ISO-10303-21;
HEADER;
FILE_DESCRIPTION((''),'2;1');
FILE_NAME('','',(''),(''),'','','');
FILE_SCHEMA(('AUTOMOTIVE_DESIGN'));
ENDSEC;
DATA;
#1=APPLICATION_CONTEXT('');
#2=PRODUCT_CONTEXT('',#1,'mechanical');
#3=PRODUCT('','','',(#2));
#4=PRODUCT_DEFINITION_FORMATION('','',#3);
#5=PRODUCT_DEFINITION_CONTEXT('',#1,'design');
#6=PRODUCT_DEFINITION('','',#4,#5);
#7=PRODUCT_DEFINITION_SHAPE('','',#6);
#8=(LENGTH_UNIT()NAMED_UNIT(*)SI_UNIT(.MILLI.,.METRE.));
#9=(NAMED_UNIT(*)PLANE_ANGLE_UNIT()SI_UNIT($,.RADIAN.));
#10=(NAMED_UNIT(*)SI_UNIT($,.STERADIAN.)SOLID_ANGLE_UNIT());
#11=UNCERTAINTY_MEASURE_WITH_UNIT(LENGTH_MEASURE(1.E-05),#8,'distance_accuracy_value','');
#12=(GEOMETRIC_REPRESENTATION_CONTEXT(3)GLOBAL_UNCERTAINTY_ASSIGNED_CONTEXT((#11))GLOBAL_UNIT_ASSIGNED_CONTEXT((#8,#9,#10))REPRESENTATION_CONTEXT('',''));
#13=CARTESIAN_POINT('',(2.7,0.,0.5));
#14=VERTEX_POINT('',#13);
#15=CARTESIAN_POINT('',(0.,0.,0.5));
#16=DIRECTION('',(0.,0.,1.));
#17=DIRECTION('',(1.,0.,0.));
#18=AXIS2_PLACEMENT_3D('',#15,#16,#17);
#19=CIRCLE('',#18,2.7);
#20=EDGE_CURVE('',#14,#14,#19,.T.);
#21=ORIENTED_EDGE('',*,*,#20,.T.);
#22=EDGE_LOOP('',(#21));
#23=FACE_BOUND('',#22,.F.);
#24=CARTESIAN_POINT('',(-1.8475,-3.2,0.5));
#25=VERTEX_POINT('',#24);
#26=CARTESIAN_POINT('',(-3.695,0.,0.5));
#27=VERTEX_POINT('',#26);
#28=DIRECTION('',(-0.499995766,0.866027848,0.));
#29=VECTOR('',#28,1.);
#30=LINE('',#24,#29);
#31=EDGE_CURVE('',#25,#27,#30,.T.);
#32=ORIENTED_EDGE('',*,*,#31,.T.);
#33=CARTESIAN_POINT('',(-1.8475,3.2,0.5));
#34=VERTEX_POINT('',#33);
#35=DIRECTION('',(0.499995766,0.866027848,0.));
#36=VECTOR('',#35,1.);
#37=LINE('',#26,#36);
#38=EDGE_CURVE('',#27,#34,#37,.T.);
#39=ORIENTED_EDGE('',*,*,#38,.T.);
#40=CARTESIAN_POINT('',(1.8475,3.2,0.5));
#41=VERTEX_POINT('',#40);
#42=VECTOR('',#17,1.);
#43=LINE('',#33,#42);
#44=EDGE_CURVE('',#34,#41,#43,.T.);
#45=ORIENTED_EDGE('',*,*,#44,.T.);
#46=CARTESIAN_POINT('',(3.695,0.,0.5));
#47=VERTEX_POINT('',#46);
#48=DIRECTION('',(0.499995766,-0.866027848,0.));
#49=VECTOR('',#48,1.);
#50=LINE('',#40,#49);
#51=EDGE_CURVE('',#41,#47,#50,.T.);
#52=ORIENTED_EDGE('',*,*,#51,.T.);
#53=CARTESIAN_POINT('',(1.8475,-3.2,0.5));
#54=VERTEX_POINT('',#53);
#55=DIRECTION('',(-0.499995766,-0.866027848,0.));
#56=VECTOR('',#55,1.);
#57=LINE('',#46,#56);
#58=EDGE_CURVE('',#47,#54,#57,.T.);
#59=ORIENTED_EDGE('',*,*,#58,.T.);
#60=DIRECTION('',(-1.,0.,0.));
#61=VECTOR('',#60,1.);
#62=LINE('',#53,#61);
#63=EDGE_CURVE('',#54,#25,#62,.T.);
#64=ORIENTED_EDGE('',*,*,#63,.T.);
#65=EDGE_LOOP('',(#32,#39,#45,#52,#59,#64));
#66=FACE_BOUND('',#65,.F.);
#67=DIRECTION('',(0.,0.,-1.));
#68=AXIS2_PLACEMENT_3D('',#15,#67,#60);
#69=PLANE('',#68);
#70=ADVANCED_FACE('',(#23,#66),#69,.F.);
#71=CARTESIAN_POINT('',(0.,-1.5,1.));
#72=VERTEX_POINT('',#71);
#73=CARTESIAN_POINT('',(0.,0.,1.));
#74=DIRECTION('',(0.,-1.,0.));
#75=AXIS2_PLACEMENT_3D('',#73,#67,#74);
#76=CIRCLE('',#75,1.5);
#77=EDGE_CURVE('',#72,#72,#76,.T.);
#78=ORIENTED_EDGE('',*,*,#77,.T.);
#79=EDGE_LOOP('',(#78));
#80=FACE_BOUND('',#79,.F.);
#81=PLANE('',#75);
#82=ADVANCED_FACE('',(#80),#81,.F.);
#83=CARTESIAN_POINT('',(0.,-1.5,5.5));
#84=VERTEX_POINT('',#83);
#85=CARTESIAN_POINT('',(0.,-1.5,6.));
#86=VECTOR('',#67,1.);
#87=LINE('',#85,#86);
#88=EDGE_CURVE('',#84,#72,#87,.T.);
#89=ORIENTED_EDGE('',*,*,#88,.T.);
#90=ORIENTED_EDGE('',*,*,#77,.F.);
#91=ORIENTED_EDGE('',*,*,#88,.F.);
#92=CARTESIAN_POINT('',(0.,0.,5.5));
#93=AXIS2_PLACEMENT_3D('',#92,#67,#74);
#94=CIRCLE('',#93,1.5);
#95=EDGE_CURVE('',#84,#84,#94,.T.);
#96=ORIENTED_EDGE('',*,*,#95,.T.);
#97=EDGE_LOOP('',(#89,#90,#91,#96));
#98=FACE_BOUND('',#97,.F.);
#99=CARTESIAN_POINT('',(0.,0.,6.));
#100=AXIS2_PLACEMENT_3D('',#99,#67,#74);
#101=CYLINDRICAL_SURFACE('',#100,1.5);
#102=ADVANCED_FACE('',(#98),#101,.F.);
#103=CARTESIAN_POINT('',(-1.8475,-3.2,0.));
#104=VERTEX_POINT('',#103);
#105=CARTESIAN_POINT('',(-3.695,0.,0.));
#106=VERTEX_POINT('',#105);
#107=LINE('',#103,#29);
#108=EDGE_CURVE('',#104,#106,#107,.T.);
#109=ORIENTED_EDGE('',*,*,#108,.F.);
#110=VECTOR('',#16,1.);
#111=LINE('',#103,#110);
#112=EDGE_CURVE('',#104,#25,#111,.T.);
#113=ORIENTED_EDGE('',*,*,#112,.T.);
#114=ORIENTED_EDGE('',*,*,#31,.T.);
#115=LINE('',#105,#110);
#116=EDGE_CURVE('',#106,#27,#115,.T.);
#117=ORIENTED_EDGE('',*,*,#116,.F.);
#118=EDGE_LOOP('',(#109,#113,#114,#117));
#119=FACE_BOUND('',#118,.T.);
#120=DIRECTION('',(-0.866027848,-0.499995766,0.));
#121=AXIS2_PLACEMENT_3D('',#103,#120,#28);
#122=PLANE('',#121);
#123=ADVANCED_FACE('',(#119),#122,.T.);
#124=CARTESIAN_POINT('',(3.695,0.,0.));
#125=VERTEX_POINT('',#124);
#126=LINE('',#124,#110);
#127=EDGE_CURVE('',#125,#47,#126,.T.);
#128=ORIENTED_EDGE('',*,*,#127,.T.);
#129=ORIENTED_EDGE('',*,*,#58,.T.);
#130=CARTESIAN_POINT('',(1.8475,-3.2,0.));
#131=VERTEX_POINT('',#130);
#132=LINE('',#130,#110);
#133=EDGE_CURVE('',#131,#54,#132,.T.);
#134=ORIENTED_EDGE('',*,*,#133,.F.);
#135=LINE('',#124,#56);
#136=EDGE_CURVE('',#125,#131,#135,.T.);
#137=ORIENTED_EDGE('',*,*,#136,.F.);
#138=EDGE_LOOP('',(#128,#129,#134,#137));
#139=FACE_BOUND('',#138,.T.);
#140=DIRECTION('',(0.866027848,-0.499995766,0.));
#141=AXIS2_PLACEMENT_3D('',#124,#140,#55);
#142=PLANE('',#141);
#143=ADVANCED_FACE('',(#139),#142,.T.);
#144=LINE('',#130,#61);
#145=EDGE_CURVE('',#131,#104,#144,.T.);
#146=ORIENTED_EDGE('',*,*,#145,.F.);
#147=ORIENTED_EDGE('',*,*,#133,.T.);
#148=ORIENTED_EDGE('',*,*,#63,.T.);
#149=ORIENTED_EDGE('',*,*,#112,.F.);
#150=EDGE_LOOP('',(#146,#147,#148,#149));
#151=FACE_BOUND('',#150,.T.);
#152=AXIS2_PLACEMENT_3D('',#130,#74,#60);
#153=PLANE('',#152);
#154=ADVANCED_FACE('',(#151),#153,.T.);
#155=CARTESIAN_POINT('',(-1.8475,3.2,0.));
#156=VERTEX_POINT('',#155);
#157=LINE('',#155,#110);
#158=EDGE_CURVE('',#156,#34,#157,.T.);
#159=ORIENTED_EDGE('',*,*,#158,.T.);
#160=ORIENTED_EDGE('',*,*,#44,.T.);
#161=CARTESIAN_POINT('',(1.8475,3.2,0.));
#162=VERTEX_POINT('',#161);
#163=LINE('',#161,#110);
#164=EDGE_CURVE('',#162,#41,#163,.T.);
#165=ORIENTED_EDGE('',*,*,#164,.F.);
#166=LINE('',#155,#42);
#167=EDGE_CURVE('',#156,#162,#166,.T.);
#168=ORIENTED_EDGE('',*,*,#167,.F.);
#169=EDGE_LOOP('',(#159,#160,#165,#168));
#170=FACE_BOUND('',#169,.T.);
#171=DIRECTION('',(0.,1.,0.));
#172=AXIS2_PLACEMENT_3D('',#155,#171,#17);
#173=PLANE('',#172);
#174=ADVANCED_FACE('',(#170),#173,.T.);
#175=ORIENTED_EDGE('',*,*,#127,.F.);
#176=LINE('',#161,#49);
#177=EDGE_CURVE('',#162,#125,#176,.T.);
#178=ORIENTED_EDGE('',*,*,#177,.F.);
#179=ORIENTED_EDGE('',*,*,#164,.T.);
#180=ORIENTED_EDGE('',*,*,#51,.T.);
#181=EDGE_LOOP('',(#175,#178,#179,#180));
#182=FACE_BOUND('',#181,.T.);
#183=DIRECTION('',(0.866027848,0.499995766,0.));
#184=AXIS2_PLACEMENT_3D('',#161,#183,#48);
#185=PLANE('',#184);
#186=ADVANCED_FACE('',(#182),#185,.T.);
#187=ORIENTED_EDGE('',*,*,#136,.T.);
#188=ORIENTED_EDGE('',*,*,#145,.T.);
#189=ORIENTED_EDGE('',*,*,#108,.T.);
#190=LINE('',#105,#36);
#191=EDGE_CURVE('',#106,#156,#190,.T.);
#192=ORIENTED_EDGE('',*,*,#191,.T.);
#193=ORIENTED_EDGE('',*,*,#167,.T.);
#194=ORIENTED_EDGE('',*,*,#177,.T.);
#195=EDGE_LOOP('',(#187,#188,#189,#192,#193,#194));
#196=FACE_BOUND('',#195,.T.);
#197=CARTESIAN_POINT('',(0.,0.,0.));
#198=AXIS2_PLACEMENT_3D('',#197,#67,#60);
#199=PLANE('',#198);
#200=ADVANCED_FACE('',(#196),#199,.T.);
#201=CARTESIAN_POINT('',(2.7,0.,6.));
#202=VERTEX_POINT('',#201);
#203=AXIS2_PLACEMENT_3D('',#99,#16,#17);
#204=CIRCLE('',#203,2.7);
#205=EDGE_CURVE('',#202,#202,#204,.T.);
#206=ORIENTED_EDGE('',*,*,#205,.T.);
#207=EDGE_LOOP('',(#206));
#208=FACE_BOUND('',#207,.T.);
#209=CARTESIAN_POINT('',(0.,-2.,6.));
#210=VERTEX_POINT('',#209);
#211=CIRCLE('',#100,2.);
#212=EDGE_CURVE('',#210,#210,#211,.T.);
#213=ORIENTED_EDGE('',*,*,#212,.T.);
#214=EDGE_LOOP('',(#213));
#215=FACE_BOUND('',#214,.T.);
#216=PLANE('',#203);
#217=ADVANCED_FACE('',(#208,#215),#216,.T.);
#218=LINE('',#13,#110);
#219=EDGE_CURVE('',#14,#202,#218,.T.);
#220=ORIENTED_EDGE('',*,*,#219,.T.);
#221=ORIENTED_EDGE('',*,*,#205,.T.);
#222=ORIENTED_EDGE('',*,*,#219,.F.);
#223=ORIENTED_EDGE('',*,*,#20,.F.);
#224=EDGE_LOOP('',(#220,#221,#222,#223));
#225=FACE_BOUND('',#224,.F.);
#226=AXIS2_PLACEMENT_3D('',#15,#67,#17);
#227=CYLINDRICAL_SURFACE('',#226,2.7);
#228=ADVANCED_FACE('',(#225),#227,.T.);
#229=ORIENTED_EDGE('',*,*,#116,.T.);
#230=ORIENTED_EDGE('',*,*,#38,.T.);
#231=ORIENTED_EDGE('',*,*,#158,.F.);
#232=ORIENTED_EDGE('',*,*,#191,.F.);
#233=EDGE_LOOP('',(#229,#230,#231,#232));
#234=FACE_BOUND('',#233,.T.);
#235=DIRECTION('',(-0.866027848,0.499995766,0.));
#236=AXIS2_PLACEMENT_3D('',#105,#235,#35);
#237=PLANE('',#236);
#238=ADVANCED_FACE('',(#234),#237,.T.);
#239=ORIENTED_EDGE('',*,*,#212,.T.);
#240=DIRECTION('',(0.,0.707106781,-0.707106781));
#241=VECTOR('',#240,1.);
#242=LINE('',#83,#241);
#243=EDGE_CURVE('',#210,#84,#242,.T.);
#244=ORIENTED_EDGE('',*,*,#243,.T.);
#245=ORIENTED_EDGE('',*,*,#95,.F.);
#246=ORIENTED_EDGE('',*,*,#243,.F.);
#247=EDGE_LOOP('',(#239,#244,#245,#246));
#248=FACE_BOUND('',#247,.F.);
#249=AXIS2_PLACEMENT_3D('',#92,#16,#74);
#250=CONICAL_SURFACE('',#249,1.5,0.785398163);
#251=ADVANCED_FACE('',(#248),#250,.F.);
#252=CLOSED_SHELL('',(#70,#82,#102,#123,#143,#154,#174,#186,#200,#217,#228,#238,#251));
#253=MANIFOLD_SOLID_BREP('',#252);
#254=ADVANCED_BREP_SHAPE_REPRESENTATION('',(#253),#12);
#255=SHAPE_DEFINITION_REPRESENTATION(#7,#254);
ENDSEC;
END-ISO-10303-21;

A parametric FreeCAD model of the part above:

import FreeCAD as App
import Part
import Sketcher
Q = App.Units.Quantity


def edges_at(feature, points):
    """Names of the edges that pass closest to the given points."""
    edges = feature.Shape.Edges
    near = lambda p: min(range(len(edges)), key=lambda i: edges[i].distToShape(Part.Vertex(*p))[0])
    return sorted({f"Edge{near(p) + 1}" for p in points})

doc = App.newDocument("Part")
params = doc.addObject("Spreadsheet::Sheet", "Params")
for row, (alias, value) in enumerate([
    ("pad1_length", "0.5 mm"),
    ("sketch2_diameter", "5.4 mm"),
    ("pad2_length", "5.5 mm"),
    ("sketch3_diameter", "3 mm"),
    ("hole_diameter", "3 mm"),
    ("hole_depth", "5 mm"),
    ("chamfer_size", "0.5 mm"),
], start=1):
    params.set(f"A{row}", alias)
    params.set(f"B{row}", "=" + value)
    params.setAlias(f"B{row}", alias)

body = doc.addObject("PartDesign::Body", "Body")

# Sketch on XY plane
sketch1 = doc.addObject("Sketcher::SketchObject", "Sketch")
body.addObject(sketch1)
sketch1.AttachmentSupport = (doc.XY_Plane, [""])
sketch1.MapMode = "FlatFace"
sketch1.addGeometry(Part.LineSegment(App.Vector(1.8475, 3.2, 0), App.Vector(-1.8475, 3.2, 0)), False)
sketch1.addGeometry(Part.LineSegment(App.Vector(-1.8475, 3.2, 0), App.Vector(-3.695, 0, 0)), False)
sketch1.addGeometry(Part.LineSegment(App.Vector(-3.695, 0, 0), App.Vector(-1.8475, -3.2, 0)), False)
sketch1.addGeometry(Part.LineSegment(App.Vector(-1.8475, -3.2, 0), App.Vector(1.8475, -3.2, 0)), False)
sketch1.addGeometry(Part.LineSegment(App.Vector(1.8475, -3.2, 0), App.Vector(3.695, 0, 0)), False)
sketch1.addGeometry(Part.LineSegment(App.Vector(3.695, 0, 0), App.Vector(1.8475, 3.2, 0)), False)
sketch1.addConstraint(Sketcher.Constraint("Coincident", 0, 2, 1, 1))
sketch1.addConstraint(Sketcher.Constraint("Coincident", 1, 2, 2, 1))
sketch1.addConstraint(Sketcher.Constraint("Coincident", 2, 2, 3, 1))
sketch1.addConstraint(Sketcher.Constraint("Coincident", 3, 2, 4, 1))
sketch1.addConstraint(Sketcher.Constraint("Coincident", 4, 2, 5, 1))
sketch1.addConstraint(Sketcher.Constraint("Coincident", 5, 2, 0, 1))
sketch1.addConstraint(Sketcher.Constraint("Horizontal", 0))
sketch1.addConstraint(Sketcher.Constraint("Horizontal", 3))
sketch1.addConstraint(Sketcher.Constraint("Symmetric", 0, 2, 3, 2, -1, 1))
sketch1.addConstraint(Sketcher.Constraint("Symmetric", 1, 2, 4, 2, -1, 1))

What to work on => Repeat, character for character, the lines of the material above from the line with "#235=DIRECTION('',(-0.866027848,0.499995766,0.));" through the line with "A parametric FreeCAD".

Reply =>
#235=DIRECTION('',(-0.866027848,0.499995766,0.));
#236=AXIS2_PLACEMENT_3D('',#105,#235,#35);
#237=PLANE('',#236);
#238=ADVANCED_FACE('',(#234),#237,.T.);
#239=ORIENTED_EDGE('',*,*,#212,.T.);
#240=DIRECTION('',(0.,0.707106781,-0.707106781));
#241=VECTOR('',#240,1.);
#242=LINE('',#83,#241);
#243=EDGE_CURVE('',#210,#84,#242,.T.);
#244=ORIENTED_EDGE('',*,*,#243,.T.);
#245=ORIENTED_EDGE('',*,*,#95,.F.);
#246=ORIENTED_EDGE('',*,*,#243,.F.);
#247=EDGE_LOOP('',(#239,#244,#245,#246));
#248=FACE_BOUND('',#247,.F.);
#249=AXIS2_PLACEMENT_3D('',#92,#16,#74);
#250=CONICAL_SURFACE('',#249,1.5,0.785398163);
#251=ADVANCED_FACE('',(#248),#250,.F.);
#252=CLOSED_SHELL('',(#70,#82,#102,#123,#143,#154,#174,#186,#200,#217,#228,#238,#251));
#253=MANIFOLD_SOLID_BREP('',#252);
#254=ADVANCED_BREP_SHAPE_REPRESENTATION('',(#253),#12);
#255=SHAPE_DEFINITION_REPRESENTATION(#7,#254);
ENDSEC;
END-ISO-10303-21;

A parametric FreeCAD model of the part above:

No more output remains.